After the fix, the compiler’s output for the example above looks correct:
merged(1/1)
:- PUSH_STREAM(mysum)
:- PUSH_STREAM(s3)
:- STREAM_ADD
a: INTEGER
PUSH_ID(merged[1])
b: INTEGER
PUSH_ID(merged[2])
Fields a and b from mysum have offset 1 (merged[1], merged[2]), which matches mysum’s actual position in merged’s buffer — after field c from stream s3.
Cascaded absorption
NOTE: The functionality described here is covered by the tests:
issue167_dedup_cascaded,issue167_dedup_field_names,issue167_dedup_nonzero_offset,issue167_dedup_positive,issue167_triarg, described in the appendix Integration Tests.

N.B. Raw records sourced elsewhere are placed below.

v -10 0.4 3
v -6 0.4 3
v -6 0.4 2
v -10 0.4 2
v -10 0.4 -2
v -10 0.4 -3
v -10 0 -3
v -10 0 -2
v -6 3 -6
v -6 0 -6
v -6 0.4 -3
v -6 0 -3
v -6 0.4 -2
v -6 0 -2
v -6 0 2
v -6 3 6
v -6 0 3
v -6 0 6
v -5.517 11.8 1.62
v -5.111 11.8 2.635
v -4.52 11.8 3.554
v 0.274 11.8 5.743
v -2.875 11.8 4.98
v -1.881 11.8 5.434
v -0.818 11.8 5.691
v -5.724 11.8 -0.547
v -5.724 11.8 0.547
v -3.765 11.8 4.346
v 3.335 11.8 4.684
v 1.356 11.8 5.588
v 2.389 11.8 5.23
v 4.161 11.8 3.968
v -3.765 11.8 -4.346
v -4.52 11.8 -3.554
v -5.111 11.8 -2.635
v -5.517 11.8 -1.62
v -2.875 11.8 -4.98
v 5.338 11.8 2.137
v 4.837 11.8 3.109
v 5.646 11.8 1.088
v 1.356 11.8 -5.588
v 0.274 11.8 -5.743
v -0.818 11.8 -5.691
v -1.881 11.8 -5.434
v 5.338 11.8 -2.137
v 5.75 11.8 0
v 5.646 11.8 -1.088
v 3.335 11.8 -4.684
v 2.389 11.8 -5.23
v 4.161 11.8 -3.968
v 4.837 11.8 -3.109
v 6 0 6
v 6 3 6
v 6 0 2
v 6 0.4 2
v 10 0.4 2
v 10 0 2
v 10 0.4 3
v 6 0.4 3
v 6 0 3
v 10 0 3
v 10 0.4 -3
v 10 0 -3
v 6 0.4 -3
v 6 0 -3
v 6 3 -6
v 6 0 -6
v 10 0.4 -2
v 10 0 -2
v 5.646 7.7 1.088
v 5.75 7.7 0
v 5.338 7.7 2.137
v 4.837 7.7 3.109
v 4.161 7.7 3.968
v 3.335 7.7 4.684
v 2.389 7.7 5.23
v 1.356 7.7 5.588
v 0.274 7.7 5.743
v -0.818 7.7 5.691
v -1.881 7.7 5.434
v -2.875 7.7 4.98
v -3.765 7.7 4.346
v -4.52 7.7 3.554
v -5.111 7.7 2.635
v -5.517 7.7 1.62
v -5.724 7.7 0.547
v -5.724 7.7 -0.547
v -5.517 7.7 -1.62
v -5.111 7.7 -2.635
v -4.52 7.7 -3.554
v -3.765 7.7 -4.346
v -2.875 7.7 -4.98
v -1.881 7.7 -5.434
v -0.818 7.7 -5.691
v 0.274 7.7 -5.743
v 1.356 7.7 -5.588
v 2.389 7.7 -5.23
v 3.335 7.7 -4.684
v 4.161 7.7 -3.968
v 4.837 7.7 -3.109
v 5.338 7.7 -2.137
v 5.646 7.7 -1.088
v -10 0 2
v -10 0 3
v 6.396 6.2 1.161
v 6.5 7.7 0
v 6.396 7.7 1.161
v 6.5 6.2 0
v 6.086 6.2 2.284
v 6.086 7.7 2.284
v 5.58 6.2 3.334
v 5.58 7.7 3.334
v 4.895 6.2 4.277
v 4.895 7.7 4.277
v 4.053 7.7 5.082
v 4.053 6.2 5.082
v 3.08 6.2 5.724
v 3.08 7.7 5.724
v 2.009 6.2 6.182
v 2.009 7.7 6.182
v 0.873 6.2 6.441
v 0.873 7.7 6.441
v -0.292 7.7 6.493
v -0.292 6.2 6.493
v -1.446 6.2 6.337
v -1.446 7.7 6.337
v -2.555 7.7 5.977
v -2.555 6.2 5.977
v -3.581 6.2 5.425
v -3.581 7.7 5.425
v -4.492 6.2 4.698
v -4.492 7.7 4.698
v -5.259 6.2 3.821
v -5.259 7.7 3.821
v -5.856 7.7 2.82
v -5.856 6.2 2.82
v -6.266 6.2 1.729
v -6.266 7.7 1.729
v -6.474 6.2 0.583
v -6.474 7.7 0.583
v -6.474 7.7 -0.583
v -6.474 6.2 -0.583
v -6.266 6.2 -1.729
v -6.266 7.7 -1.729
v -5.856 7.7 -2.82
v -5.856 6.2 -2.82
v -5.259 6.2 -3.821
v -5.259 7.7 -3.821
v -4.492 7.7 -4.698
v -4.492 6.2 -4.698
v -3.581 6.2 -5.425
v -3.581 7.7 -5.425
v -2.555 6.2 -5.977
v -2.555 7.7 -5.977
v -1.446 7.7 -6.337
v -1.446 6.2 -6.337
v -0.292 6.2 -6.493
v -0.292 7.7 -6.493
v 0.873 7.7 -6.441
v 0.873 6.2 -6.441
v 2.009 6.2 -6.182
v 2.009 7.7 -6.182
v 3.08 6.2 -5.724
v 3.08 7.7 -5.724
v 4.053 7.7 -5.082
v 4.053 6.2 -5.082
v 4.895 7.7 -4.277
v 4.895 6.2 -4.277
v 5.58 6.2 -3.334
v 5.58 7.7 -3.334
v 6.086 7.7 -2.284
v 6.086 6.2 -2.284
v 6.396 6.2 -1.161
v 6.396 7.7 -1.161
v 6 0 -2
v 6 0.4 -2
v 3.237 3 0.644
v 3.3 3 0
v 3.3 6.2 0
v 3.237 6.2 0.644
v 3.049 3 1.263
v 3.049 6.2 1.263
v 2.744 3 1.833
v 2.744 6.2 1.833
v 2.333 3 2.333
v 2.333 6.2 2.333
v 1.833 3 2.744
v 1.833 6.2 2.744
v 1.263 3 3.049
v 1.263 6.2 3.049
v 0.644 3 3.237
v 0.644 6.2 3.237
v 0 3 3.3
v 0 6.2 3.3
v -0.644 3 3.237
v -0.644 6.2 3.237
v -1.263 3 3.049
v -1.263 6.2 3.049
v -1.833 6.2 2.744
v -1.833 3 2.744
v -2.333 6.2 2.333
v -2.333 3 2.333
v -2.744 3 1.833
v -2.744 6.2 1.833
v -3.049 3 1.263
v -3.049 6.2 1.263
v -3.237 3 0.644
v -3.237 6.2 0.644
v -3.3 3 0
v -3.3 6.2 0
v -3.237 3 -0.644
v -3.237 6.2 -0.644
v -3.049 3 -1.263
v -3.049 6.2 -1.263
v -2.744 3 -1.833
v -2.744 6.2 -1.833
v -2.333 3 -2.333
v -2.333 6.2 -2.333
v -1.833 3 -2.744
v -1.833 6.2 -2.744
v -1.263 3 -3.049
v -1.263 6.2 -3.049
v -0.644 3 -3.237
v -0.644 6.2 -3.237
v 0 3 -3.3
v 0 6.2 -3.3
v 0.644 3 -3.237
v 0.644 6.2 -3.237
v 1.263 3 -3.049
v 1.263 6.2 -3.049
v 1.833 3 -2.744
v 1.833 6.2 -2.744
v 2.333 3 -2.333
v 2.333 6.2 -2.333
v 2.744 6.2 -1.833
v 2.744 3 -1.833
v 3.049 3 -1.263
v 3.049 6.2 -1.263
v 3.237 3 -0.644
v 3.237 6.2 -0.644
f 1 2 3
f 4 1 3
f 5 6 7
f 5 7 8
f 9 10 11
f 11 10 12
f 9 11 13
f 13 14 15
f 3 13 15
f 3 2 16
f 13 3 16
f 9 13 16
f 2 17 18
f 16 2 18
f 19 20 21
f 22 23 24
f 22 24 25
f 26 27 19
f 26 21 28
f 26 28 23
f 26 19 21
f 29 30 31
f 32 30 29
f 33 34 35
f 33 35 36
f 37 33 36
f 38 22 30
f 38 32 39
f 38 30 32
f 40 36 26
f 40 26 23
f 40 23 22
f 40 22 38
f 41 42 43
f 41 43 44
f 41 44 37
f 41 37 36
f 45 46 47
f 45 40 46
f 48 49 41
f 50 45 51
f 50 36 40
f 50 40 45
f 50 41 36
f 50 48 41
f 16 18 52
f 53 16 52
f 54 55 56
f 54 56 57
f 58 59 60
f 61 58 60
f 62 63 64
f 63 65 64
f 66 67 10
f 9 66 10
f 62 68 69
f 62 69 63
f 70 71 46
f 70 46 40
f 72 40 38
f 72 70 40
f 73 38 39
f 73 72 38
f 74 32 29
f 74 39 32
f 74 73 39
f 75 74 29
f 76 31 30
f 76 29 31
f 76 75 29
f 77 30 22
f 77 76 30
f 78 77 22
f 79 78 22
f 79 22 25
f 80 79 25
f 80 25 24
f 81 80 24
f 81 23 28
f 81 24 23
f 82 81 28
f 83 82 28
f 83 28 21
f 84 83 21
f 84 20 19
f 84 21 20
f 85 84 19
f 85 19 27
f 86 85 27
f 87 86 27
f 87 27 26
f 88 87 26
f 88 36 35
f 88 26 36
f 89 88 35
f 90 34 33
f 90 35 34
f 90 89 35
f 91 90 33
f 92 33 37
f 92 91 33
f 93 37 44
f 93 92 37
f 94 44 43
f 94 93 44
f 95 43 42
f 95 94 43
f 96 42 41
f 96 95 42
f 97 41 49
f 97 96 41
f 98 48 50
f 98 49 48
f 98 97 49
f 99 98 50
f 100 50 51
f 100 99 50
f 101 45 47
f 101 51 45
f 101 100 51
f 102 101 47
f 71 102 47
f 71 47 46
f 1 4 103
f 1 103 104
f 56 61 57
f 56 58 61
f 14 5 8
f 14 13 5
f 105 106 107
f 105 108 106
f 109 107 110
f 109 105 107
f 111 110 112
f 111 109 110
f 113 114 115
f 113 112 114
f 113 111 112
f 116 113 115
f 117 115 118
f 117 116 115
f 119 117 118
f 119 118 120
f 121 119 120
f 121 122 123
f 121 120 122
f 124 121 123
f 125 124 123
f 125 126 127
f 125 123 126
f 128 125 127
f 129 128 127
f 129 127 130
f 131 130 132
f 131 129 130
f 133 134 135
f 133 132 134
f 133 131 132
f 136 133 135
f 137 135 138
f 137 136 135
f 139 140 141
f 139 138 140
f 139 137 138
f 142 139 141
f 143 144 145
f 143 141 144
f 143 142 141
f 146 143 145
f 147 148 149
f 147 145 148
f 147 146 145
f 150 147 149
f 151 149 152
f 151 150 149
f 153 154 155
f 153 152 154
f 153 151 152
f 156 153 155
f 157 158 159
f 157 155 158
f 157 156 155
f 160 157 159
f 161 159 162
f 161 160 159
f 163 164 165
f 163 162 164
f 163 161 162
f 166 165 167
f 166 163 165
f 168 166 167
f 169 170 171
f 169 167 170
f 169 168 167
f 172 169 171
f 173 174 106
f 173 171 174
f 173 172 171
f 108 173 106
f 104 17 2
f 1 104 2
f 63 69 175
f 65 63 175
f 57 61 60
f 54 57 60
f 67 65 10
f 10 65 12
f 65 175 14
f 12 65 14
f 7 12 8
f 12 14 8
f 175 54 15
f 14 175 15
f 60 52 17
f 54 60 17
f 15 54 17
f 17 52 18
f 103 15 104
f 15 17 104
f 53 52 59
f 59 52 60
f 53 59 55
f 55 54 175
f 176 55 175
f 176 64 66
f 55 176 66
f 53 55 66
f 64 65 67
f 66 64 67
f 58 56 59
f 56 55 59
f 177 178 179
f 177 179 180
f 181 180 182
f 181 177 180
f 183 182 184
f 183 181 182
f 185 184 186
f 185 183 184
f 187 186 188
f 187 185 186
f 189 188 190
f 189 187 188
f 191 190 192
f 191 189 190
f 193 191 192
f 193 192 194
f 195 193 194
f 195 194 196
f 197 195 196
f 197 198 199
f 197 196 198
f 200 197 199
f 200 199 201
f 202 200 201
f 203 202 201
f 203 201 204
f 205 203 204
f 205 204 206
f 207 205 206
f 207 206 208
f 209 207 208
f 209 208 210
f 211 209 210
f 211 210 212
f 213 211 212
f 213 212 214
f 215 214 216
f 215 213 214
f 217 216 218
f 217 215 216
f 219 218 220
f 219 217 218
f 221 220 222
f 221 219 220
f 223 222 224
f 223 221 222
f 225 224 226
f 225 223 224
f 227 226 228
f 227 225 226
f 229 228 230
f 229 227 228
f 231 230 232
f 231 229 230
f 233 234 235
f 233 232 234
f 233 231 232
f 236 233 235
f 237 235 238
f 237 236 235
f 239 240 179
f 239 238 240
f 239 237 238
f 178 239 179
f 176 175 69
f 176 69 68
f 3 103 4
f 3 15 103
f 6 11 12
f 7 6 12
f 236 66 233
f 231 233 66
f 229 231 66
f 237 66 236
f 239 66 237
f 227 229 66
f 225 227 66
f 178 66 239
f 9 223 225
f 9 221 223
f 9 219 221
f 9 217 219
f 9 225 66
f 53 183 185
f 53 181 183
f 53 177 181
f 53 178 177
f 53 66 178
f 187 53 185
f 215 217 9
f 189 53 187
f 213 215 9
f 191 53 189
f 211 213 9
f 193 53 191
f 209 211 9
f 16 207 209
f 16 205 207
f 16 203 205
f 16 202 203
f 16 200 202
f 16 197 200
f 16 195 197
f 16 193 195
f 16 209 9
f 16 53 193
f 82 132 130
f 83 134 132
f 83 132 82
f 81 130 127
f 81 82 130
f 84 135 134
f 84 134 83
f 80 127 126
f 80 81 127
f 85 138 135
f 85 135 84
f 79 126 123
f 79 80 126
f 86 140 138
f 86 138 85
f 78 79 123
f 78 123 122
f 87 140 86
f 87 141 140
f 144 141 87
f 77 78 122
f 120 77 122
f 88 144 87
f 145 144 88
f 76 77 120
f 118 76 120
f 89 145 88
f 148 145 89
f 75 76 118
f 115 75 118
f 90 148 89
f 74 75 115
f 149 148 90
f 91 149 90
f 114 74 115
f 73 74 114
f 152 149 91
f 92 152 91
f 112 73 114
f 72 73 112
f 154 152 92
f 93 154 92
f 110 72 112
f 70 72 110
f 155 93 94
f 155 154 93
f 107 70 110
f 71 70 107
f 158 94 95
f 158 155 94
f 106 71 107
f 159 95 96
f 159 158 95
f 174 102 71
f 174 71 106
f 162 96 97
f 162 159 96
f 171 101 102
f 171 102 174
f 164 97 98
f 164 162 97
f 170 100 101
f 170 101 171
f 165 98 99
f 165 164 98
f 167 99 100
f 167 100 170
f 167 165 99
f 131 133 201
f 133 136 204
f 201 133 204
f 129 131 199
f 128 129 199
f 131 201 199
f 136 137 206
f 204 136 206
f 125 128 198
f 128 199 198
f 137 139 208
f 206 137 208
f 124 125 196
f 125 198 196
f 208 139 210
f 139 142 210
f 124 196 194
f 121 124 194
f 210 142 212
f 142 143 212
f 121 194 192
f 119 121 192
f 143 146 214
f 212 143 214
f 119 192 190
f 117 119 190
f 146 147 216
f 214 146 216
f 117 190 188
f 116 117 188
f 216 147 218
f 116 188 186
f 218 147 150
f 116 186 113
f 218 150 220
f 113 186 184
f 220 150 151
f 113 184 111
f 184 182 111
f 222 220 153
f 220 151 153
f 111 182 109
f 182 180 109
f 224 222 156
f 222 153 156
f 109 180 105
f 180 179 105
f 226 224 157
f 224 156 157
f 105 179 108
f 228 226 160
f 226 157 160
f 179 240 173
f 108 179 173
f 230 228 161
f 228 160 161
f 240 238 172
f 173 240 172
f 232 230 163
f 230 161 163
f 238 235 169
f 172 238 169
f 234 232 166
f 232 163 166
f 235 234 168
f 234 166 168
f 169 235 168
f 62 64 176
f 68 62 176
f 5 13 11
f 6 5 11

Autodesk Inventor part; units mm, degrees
ref_plane "YZ Plane" through (0, 0, 0) normal (1, 0, 0) x (0, 1, 0)
ref_plane "XZ Plane" through (0, 0, 0) normal (0, 1, 0) x (-1, 0, 0)
ref_plane "XY Plane" through (0, 0, 0) normal (0, 0, 1) x (1, 0, 0)
sketch "Sketch3" plane through (0, 0, 0) normal (0, 1, 0) x (-1, 0, 0)
  line L0 (6, 6) -> (-6, 6)
  line L1 (-6, 6) -> (-6, -6)
  line L2 (-6, -6) -> (6, -6)
  line L3 (6, -6) -> (6, 6)
  line L4 (6, 6) -> (-6, -6) construction
  line L5 (-6, 6) -> (6, -6) construction
  point P0 (0, 0)
  dimension "d7" = 12
  dimension "d8" = 12
extrude "Extrusion3" add sketch "Sketch3" along normal blind 3
sketch "Sketch4" plane through (0, 3, 0) normal (0, 1, 0) x (1, 0, 0)
  circle A0 centre (0, 0) radius 3.3
  dimension "d11" = 6.6
extrude "Extrusion4" add sketch "Sketch4" along normal blind 3.2
sketch "Sketch5" plane through (0, 6.2, 0) normal (0, 1, 0) x (1, 0, 0)
  circle A0 centre (0, 0) radius 6.5
  dimension "d14" = 13
extrude "Extrusion5" add sketch "Sketch5" along normal blind 1.5
sketch "Sketch6" plane through (0, 7.7, 0) normal (0, 1, 0) x (1, 0, 0)
  circle A0 centre (0, 0) radius 5.75
  dimension "d17" = 11.5
extrude "Extrusion6" add sketch "Sketch6" along normal blind 4.1
sketch "Sketch7" plane through (-6, 0, -6) normal (-1, 0, 0) x (0, 0, 1)
  line L0 (3, -0.4) -> (9, -0.4)
  line L1 (9, -0.4) -> (9, 0.4)
  line L2 (9, 0.4) -> (3, 0.4)
  line L3 (3, 0.4) -> (3, -0.4)
  line L4 (3, -0.4) -> (9, 0.4) construction
  line L5 (9, -0.4) -> (3, 0.4) construction
  line L6 (4, -0.4) -> (8, -0.4)
  line L7 (8, -0.4) -> (8, 0.4)
  line L8 (8, 0.4) -> (4, 0.4)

deduplicateSubstrats() runs iteratively (while(changed)), which allows for multi-step absorption. In the example:
SELECT * STREAM mysum FROM s1+s2
SELECT * STREAM shifted FROM (s1+s2)>1
SELECT * STREAM merged FROM s3+((s1+s2)>1)
in the first round, mysum absorbs STREAM_ADD_s1_s2 and rewrites its names — including in the schema of the intermediate substrate STREAM_TIMEMOVE_STREAM_ADD_s1_s2. As a result, in the second round shifted can absorb this substrate (the program condition is now satisfied, because both point to mysum). After two rounds, no automatic substrate remains in the plan, and merged uses s3 and shifted directly.